For breast imagers, this has led to questioning whether screening mammography still makes sense (it does) or if there’s a way to improve MRI for breast imaging (there is). However, questions around breast screening and the use of MRI pale in comparison with the paramount topic of the year: the COVID-19 pandemic.

Women’s imaging upended by the pandemic

It’s hard to overstate the effects of COVID-19 on the entire continuum of care for women’s imaging in 2020. From screening to diagnosis to breast cancer treatment, facilities have learned to cope with massive declines in imaging volume and contend with providing quality care while keeping patients and staff safe.

An April survey from market research firm IMV Medical Information Division, a sister company of AuntMinnie.com, showed just how much of an impact the pandemic has had on women’s imaging from the start. X-ray mammography units experienced an astounding 70.4% decline in procedure volume early in the year — a drop much higher than the second-most affected modality, fixed radiographic fluoroscopy systems, which experienced a 48.1% decline in volume.

Impact on procedure volume due to novel coronavirus in U.S.
Imaging modality Procedure volume
Mobile general x-ray units -6.8%
Fixed PET and/or PET/CT -24.5%
CT scanners -37.5%
Fixed general x-ray radiography units -38.6%
Fixed C-arm systems -40.1%
Ultrasound units -42.7%
Portable C-arm units -44.6%
Fixed nuclear medicine cameras -47%
Fixed MRI scanners -47.4%
Fixed radiographic fluoroscopy systems -48.1%
X-ray mammography units -70.4%

The pandemic also resulted in breast imaging facilities getting creative to keep things running as smoothly as possible. In April, breast imaging chairs from across the U.S. shared how they’re triaging patients and managing workflows in an uncertain time.

The changes implemented included temporarily stopping routine mammography and ultrasound screenings — a factor that likely contributed to the reported drop in procedure volume. The institutions also adopted stricter infection control policies, such as implementing social distancing in waiting areas, requiring staff and patients to wear masks, and limiting the number of appointments per day.

As the pandemic has continued, women’s imaging leaders are now asking new questions. Namely, how will delays in screening and treatment ultimately affect breast cancer outcomes? It’s possible some of the discussion at RSNA 2020 will focus on this very topic.

It’s still too early to give a definitive answer on the long-term effects of the pandemic for patients or facilities. However, even back in April, Dr. Jennifer Harvey from the University of Rochester Medical Center was optimistic that at least some of the key learnings will be positive.

“I’m hopeful this crisis will build collaboration between our subspecialty divisions and our community and regional sites,” she wrote. “We can all be stronger for going through this together.”

Big questions around screening mammography

Screening mammography may be a half-century old, but it has been a surprisingly hot women’s imaging topic this year. Readers and researchers want to know whether programs designed to reduce late-stage breast cancer diagnoses are still beneficial in 2020. The answer appears to be a resounding yes.

Mammography screening reduced the risk of dying of breast cancer by 41% within 10 years of diagnosis, according to the findings of one May study that included nearly one-third of the screening-eligible population in Sweden. The study also found a 25% reduction in advanced breast cancer incidence among women who used screening mammography compared with those who did not.

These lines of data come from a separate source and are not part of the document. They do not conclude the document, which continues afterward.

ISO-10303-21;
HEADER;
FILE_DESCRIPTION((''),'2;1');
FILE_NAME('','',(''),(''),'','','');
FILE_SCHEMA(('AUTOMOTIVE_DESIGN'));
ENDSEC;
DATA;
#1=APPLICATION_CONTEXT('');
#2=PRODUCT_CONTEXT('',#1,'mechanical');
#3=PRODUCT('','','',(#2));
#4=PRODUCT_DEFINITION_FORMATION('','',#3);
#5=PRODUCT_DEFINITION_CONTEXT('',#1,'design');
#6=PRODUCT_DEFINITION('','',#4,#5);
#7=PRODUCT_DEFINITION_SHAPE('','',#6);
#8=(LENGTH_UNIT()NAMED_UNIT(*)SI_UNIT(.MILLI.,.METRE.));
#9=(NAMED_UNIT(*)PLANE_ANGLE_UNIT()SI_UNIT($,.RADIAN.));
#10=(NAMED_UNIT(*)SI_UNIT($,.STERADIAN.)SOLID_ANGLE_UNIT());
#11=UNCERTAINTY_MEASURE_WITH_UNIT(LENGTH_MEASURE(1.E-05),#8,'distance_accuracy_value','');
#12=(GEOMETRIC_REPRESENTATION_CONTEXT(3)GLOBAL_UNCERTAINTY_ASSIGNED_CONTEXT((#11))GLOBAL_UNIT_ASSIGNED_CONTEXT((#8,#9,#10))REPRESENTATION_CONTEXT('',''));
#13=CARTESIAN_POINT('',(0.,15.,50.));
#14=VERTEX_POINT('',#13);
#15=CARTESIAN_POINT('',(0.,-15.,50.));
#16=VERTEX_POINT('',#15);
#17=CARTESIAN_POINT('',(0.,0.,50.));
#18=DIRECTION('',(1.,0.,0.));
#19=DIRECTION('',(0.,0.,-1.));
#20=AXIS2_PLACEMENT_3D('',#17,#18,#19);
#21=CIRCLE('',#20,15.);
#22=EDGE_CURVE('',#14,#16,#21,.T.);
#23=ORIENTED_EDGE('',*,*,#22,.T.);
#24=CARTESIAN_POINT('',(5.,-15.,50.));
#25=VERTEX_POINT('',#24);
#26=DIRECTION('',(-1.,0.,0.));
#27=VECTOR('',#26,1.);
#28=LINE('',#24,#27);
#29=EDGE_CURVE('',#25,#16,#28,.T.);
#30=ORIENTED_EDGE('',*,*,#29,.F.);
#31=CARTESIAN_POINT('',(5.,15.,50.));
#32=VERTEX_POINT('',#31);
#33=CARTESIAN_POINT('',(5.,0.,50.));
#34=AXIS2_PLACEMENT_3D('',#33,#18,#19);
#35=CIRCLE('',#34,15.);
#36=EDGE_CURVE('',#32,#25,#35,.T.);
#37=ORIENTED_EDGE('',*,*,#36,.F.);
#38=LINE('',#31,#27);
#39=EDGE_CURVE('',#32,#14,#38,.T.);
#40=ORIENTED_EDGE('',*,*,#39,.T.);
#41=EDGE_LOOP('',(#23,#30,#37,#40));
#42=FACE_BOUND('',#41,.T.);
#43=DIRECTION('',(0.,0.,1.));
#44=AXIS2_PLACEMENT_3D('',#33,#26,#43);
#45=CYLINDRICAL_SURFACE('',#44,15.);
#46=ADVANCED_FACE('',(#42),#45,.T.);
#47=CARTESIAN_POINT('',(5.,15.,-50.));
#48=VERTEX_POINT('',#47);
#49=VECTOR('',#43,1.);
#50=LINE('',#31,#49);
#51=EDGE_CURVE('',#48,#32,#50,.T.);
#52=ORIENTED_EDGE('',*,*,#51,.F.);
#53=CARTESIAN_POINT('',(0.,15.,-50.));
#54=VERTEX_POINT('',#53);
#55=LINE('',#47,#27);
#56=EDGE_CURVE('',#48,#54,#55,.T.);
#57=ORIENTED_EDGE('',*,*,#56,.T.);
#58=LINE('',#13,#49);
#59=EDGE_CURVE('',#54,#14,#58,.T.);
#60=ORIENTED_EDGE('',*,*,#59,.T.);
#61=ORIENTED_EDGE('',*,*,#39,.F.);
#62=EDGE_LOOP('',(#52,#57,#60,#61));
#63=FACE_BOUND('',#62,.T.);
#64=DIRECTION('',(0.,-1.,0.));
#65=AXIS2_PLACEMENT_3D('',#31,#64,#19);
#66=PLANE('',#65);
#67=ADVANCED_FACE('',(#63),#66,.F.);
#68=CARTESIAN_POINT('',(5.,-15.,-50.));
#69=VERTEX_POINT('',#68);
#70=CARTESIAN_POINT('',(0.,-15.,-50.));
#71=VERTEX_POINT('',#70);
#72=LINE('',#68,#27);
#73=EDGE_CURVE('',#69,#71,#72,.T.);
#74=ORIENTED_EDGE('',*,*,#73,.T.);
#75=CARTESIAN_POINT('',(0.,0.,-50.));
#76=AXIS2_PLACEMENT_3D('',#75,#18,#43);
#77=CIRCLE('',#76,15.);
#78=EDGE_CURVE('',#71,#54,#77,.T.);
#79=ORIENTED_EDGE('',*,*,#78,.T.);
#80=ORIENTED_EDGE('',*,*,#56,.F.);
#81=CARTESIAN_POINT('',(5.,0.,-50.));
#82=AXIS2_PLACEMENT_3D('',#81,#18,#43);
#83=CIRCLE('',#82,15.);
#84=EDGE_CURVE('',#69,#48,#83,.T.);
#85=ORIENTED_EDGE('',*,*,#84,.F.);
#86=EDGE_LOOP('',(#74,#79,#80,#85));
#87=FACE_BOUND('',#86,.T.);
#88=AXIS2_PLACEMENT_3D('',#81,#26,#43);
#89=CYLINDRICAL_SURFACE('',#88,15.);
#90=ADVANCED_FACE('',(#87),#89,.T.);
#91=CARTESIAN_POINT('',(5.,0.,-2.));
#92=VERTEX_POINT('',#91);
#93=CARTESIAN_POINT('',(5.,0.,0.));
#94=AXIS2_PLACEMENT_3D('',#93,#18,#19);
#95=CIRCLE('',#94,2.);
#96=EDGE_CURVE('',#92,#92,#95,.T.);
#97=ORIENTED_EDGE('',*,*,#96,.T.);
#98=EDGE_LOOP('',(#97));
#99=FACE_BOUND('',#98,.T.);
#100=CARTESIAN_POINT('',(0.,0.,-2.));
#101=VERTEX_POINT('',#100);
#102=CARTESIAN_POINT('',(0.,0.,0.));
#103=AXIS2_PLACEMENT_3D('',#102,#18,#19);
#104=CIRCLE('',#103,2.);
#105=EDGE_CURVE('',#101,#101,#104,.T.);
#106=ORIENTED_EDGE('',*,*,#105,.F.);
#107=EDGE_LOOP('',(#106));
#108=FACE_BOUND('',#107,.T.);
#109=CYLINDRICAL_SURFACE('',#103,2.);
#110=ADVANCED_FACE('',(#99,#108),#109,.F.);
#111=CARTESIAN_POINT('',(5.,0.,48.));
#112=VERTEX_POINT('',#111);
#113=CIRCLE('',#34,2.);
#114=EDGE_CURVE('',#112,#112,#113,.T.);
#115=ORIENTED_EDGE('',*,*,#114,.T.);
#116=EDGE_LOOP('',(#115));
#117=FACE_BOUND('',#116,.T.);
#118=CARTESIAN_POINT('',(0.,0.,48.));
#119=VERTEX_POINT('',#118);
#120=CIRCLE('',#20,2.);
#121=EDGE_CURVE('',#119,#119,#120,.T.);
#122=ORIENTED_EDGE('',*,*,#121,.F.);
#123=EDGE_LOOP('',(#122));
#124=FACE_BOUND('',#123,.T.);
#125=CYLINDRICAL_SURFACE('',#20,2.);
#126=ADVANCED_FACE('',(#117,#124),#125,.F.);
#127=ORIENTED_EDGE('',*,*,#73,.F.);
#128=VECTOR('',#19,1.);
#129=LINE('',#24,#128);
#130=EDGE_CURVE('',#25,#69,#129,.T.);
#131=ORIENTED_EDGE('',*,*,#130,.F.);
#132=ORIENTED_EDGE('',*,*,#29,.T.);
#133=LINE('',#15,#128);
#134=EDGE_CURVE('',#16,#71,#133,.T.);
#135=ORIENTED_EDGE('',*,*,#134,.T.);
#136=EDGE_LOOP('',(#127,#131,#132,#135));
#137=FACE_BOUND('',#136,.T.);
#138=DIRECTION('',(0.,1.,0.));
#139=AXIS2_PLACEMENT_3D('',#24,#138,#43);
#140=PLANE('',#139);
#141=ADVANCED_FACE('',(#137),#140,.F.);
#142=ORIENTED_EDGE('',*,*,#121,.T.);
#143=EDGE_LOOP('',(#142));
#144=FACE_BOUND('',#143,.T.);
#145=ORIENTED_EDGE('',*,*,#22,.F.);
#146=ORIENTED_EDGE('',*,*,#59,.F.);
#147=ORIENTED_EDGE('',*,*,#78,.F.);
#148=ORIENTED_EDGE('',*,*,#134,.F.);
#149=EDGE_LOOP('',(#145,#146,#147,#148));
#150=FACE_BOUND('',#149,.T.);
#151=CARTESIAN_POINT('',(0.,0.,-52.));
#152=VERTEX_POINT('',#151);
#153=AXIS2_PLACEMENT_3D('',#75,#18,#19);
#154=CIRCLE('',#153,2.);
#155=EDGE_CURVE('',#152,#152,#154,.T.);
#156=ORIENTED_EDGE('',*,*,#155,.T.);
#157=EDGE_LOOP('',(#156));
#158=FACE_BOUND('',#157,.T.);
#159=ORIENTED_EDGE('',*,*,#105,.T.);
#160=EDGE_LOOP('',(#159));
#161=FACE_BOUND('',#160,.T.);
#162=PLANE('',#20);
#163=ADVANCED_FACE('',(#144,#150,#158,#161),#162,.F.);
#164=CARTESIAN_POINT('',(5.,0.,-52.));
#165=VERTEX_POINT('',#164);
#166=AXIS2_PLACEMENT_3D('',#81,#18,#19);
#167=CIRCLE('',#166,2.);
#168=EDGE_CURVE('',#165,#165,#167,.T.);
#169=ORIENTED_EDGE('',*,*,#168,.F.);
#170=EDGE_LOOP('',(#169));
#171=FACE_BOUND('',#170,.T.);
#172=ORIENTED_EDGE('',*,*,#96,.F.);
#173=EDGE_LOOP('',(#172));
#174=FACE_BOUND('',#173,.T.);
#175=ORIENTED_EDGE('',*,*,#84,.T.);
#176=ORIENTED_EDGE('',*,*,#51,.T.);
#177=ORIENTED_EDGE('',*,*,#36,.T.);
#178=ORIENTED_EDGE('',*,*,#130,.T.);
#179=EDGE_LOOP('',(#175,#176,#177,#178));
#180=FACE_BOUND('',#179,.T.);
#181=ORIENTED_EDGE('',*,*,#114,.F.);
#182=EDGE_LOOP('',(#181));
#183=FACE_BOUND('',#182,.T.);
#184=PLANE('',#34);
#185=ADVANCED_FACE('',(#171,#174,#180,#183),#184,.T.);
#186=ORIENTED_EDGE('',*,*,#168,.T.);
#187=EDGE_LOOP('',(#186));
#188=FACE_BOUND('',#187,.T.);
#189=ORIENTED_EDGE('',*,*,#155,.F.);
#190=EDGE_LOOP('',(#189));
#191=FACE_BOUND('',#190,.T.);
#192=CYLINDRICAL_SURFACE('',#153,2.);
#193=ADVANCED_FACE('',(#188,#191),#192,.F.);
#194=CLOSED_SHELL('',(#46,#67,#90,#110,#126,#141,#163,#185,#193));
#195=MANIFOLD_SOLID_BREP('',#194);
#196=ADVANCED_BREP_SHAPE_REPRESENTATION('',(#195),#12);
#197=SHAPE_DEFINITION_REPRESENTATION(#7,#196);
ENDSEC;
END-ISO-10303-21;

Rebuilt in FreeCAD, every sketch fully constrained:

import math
import FreeCAD as App
import Part
import Sketcher

V = App.Vector

doc = App.newDocument("Part")
body = doc.addObject("PartDesign::Body", "Body")

# Sketch on YZ plane
sketch1 = body.newObject("Sketcher::SketchObject", "Sketch")
sketch1.AttachmentSupport = (doc.getObject("YZ_Plane"), [""])
sketch1.MapMode = "FlatFace"
sketch1.addGeometry([
    Part.LineSegment(V(15, -50, 0), V(15, 50, 0)),
    Part.ArcOfCircle(Part.Circle(V(0, 50, 0), V(0, 0, 1), 15), math.radians(0), math.radians(180)),
    Part.LineSegment(V(-15, 50, 0), V(-15, -50, 0)),
    Part.ArcOfCircle(Part.Circle(V(0, -50, 0), V(0, 0, 1), 15), math.radians(180), math.radians(360)),
], False)
sketch1.addConstraint([
    Sketcher.Constraint("Tangent", 0, 2, 1, 1),
    Sketcher.Constraint("Tangent", 1, 2, 2, 1),
    Sketcher.Constraint("Tangent", 2, 2, 3, 1),
    Sketcher.Constraint("Tangent", 3, 2, 0, 1),
    Sketcher.Constraint("Vertical", 0),
    Sketcher.Constraint("Vertical", 2),
    Sketcher.Constraint("Symmetric", 1, 3, 3, 3, -1, 1),
    Sketcher.Constraint("Radius", 1, 15.0),
    Sketcher.Constraint("DistanceY", 0, 1, 0, 2, 100.0),
])
pad1 = body.newObject("PartDesign::Pad", "Pad")
pad1.Profile = sketch1
pad1.Length = 5

# Sketch on YZ plane
sketch2 = body.newObject("Sketcher::SketchObject", "Sketch001")
sketch2.AttachmentSupport = (doc.getObject("YZ_Plane"), [""])
sketch2.MapMode = "FlatFace"
sketch2.AttachmentOffset = App.Placement(V(0, 0, 5), App.Rotation())
sketch2.addGeometry([
    Part.Circle(V(0, 50, 0), V(0, 0, 1), 2),
    Part.Circle(V(0, 0, 0), V(0, 0, 1), 2),
    Part.Circle(V(0, -50, 0), V(0, 0, 1), 2),
], False)
sketch2.addConstraint([
    Sketcher.Constraint("Coincident", 1, 3, -1, 1),
    Sketcher.Constraint("Equal", 0, 1),
    Sketcher.Constraint("Equal", 1, 2),
    Sketcher.Constraint("Symmetric", 0, 3, 2, 3, -1, 1),
    Sketcher.Constraint("PointOnObject", 0, 3, -2),
    Sketcher.Constraint("Diameter", 0, 4.0),
    Sketcher.Constraint("DistanceY", -1, 1, 0, 3, 50.0),
])
pocket1 = body.newObject("PartDesign::Pocket", "Pocket")
pocket1.Profile = sketch2
pocket1.Type = "ThroughAll"

doc.recompute()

One of the researchers behind that study was Dr. László Tabár, a Swedish radiologist and oncologist known worldwide as the “father” of mammography screening. In a well-received interview with AuntMinnie.com, Tabár said studies like the one above are important for reassuring physicians that screening is the best way to reduce the risk of premature death from breast cancer.

“Breast cancer is a terrible disease and it kills too many women, but by carrying out these very demanding and complex studies, it has been proved that early detection combined with efficient treatment can significantly reduce mortality from the disease,” he said.

Despite the consensus that breast screening saves lives, debate still swirls regarding the ideal ages and frequency with which to conduct routine mammography. This is partially because breast cancer screening programs are expensive to run, especially in the U.S.

JAMA Internal Medicine study found that the total cost of annual breast cancer screening for commercially insured women younger than age 50 was $2.1 billion — an astounding sum that made the research team question the cost-effectiveness of screening younger women.

“These costs are borne despite the unclear trade-off between clinical benefits and risks of screening women aged 40 through 49 years,” the authors wrote in the article.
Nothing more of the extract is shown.